Website Security is Not an Absolute

I work in the field of Information Security (InfoSec), specifically website security. With that in mind, it’s but one very small piece of a very large pie. Security is complex, even at the 50,000 foot level; within each specific area of the industry, it can get even more complex. It’s no wonder it can feel overwhelming.

I have to remind myself that Security, regardless of which domain you’re focused on, always comes down to three basic elements working in conjunction with one another:

  • People
  • Process
  • Technology

These are not new. In fact, they’re the same three factors we see in the architecture of Information Technology (IT) stacks, and even in the transformational articles on Business. Yet, they are three easiest factors to either dismiss, and rarely are discussed when speaking to security, let alone website security. I’d argue though, that especially when thinking about website security, it should be top of mind and reinforced with every webmaster (i.e., that’s all of you that own a website and are ultimately the final authority on it’s security).

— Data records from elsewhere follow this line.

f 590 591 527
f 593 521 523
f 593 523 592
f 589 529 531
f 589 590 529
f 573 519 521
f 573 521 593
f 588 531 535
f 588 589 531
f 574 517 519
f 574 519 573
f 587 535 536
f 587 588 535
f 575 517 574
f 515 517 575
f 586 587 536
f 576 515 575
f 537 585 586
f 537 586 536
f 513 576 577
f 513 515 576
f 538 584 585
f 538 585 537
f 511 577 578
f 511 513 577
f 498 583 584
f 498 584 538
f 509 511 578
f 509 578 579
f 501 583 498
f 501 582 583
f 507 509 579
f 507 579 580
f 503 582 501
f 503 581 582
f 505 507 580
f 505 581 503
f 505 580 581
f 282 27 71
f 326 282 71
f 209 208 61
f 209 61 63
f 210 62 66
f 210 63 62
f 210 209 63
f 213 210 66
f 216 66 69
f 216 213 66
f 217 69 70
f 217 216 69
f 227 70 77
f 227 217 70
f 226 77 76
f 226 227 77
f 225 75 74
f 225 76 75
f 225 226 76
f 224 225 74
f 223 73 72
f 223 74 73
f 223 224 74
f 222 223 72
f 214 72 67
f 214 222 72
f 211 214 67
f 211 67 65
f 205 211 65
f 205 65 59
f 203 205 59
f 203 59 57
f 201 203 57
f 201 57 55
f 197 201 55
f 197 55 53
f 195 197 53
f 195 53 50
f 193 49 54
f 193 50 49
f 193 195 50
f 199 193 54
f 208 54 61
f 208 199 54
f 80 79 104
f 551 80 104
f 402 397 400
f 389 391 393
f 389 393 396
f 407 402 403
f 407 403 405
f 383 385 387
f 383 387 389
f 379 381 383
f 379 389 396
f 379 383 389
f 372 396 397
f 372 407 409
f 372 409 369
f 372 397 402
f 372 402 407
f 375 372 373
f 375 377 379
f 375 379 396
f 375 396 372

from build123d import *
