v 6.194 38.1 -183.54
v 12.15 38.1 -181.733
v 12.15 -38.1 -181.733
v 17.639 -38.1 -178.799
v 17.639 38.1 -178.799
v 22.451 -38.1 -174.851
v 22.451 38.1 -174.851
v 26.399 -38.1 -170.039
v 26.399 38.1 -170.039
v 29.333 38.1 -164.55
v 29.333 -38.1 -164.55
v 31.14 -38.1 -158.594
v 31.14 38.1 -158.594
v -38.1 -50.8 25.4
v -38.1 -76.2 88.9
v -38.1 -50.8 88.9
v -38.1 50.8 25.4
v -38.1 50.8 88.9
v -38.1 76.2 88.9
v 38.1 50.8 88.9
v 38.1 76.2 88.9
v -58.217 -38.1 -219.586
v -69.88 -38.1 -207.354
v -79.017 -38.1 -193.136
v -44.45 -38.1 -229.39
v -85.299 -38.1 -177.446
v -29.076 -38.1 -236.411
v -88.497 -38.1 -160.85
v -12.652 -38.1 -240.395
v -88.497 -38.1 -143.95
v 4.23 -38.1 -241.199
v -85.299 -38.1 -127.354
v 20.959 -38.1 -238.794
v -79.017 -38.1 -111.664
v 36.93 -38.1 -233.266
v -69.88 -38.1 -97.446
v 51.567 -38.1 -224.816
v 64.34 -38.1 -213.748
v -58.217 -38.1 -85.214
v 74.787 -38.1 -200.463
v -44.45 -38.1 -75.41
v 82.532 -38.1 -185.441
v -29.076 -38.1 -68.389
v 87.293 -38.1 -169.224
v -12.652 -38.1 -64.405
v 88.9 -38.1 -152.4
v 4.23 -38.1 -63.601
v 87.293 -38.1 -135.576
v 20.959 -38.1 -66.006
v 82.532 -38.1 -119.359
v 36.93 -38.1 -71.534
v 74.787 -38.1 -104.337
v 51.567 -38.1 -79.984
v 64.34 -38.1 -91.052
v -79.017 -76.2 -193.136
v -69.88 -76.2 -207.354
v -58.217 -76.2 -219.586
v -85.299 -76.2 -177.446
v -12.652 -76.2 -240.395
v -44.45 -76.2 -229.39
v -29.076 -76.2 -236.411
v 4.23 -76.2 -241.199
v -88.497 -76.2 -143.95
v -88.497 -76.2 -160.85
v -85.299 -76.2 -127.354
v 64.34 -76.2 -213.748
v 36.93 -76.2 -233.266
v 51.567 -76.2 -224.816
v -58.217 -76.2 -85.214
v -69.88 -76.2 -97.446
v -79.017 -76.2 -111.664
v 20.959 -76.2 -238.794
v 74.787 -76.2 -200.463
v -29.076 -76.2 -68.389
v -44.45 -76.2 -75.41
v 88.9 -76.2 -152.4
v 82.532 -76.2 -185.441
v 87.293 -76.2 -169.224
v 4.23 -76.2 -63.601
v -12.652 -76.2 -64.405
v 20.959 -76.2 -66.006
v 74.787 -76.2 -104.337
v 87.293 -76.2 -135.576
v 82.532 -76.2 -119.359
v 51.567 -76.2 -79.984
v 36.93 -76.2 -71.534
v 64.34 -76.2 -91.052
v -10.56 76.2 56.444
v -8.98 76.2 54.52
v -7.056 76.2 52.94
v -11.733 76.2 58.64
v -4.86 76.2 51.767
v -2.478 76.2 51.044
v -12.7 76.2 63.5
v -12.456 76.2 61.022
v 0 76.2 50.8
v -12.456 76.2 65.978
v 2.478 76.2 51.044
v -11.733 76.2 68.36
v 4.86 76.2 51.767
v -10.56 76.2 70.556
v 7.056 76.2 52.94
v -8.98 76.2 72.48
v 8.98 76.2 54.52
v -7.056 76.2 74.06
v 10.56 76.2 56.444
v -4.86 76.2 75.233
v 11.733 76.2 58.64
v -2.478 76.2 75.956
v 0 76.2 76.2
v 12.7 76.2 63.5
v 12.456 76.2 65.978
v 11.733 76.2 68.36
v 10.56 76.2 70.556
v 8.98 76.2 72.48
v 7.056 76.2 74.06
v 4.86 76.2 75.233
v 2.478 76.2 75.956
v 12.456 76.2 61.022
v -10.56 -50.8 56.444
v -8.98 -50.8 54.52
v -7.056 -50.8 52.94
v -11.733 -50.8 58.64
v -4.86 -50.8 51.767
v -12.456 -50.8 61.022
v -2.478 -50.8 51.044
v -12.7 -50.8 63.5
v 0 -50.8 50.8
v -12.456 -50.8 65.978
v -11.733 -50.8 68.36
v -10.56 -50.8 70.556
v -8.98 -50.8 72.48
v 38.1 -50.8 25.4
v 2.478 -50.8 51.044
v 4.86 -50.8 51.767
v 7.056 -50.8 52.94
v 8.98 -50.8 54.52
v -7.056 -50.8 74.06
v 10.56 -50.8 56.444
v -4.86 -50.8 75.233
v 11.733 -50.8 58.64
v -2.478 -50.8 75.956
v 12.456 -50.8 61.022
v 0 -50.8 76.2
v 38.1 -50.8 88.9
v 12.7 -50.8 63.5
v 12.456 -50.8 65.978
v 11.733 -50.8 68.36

Security-People-Process-Technology-Relationship

The above illustration attempts to illustrate the symbiotic relationship as I see it, between these three element and security. They are designed to interrelate with one another, yet rarely do.

I. People

The people element is, in my eyes, the most important factor in your entire security posture, you can have ok processes and no technology, and still have a semi-decent security posture for your website if your people understand some facets of technology and security. There is a lot to be said for following the basic principles, like Defense in Depth or Least Privileged.

At the company I work for,  we work heavily with websites built on open-source platforms like WordPress, Joomla!, Magento, Drupal and so many other Do-It-Yourself (DIY) technology stacks. These platforms however are built around the ideas of freedom; freedoms to build and share, manipulate and otherwise do what one pleases with their environment. While beautiful ideology, it requires special attention and awareness by the same individuals that employ them to properly manage and administer them.

Freedoms to build and manipulate, does not correlate with the ability to stay safe or secure. Those responsibilities, still fall on the website owner themselves.

The greatest security asset any website owner has, is their own intuition and knowledge of their own environment. With out people; you have technology controls that complicate workflow, inundate with information making it impossible to make sense of the data, or simply add little value. With out people, your processes are empty guides, that offer you little value, with no one to follow them or make them actionable.

II. Process

If you know anything about me, you should know I’m not the biggest fan of processes, specifically stringent ones. I’m not against them when employed with careful thought, but I feel that people often become over-reliant on them and in these situations, they stiffen innovation.

With that disclaimer out of the way, I do believe it to be an important factor that needs to be accounted for in security. Especially when talking to the management of your website. Specifically, because security is rarely your core competency, and so you want to have some guidance in the actions you take when managing your web environment. Something as simple as, “all updates will be applied within 24 hours of a release in my staging environment, and 48 hours in production.”

A good process deployment will be stringent enough to give you good guidelines to follow, but not so stringent you lose the ability to use your own mind.

III. Technology

Technology leads the pack when talking about security for websites, not in importance, but in what website owners today perceive to be the most important and what they invest the most energy into.

It’s the absolute that every website owner looks to employ and yet still find themselves suffering from security issues. While important, it’s perhaps the least important when compared to it’s counter parts.

Technology, has always been designed as a complementary force to your overarching security strategy. The technology itself should never be considered as a set-it and forget-it solution, and yet this is exactly what happens.

In my experience, the over reliance website owners put on technology is often directly attributed to their security issues. Those that depend solely on their technology, are often the first to be affected by a security issue.

Website Security is Not an Absolute

Contrary to popular belief, security is far from an absolute.

I myself find it hard to come up with the right words sometimes, but it’s a continuously moving target / issue that requires constant vigilance to understand and appreciate. I recently wrote on what I perceive to be the greatest challenges facing website security, and it talks to this very point as well.

I spend a great deal with website owners from around the world, and the similarities are always the same and daunting. A technology was purchased, deployed, and yet a security incident occurred. Every toolset was configured, and the environment hardened optimally, and yet an incident still occurred. When we dive in the various facets of the how (i.e., like their People and Process investments) the response is always a resounding – hadn’t given that a second thought, but I purchased this tool. This is especially true in the environments I operate in daily (i.e., open-source platforms), in which the security responsibility of the environment is on the website owner.

What most website owners are failing to realize is that the technology is nothing more than a complementary component, and the real value comes from interrelationship between all three facets, not just one. There is no silver bullet to security, there is your individual risk posture, and the actions you take to address it.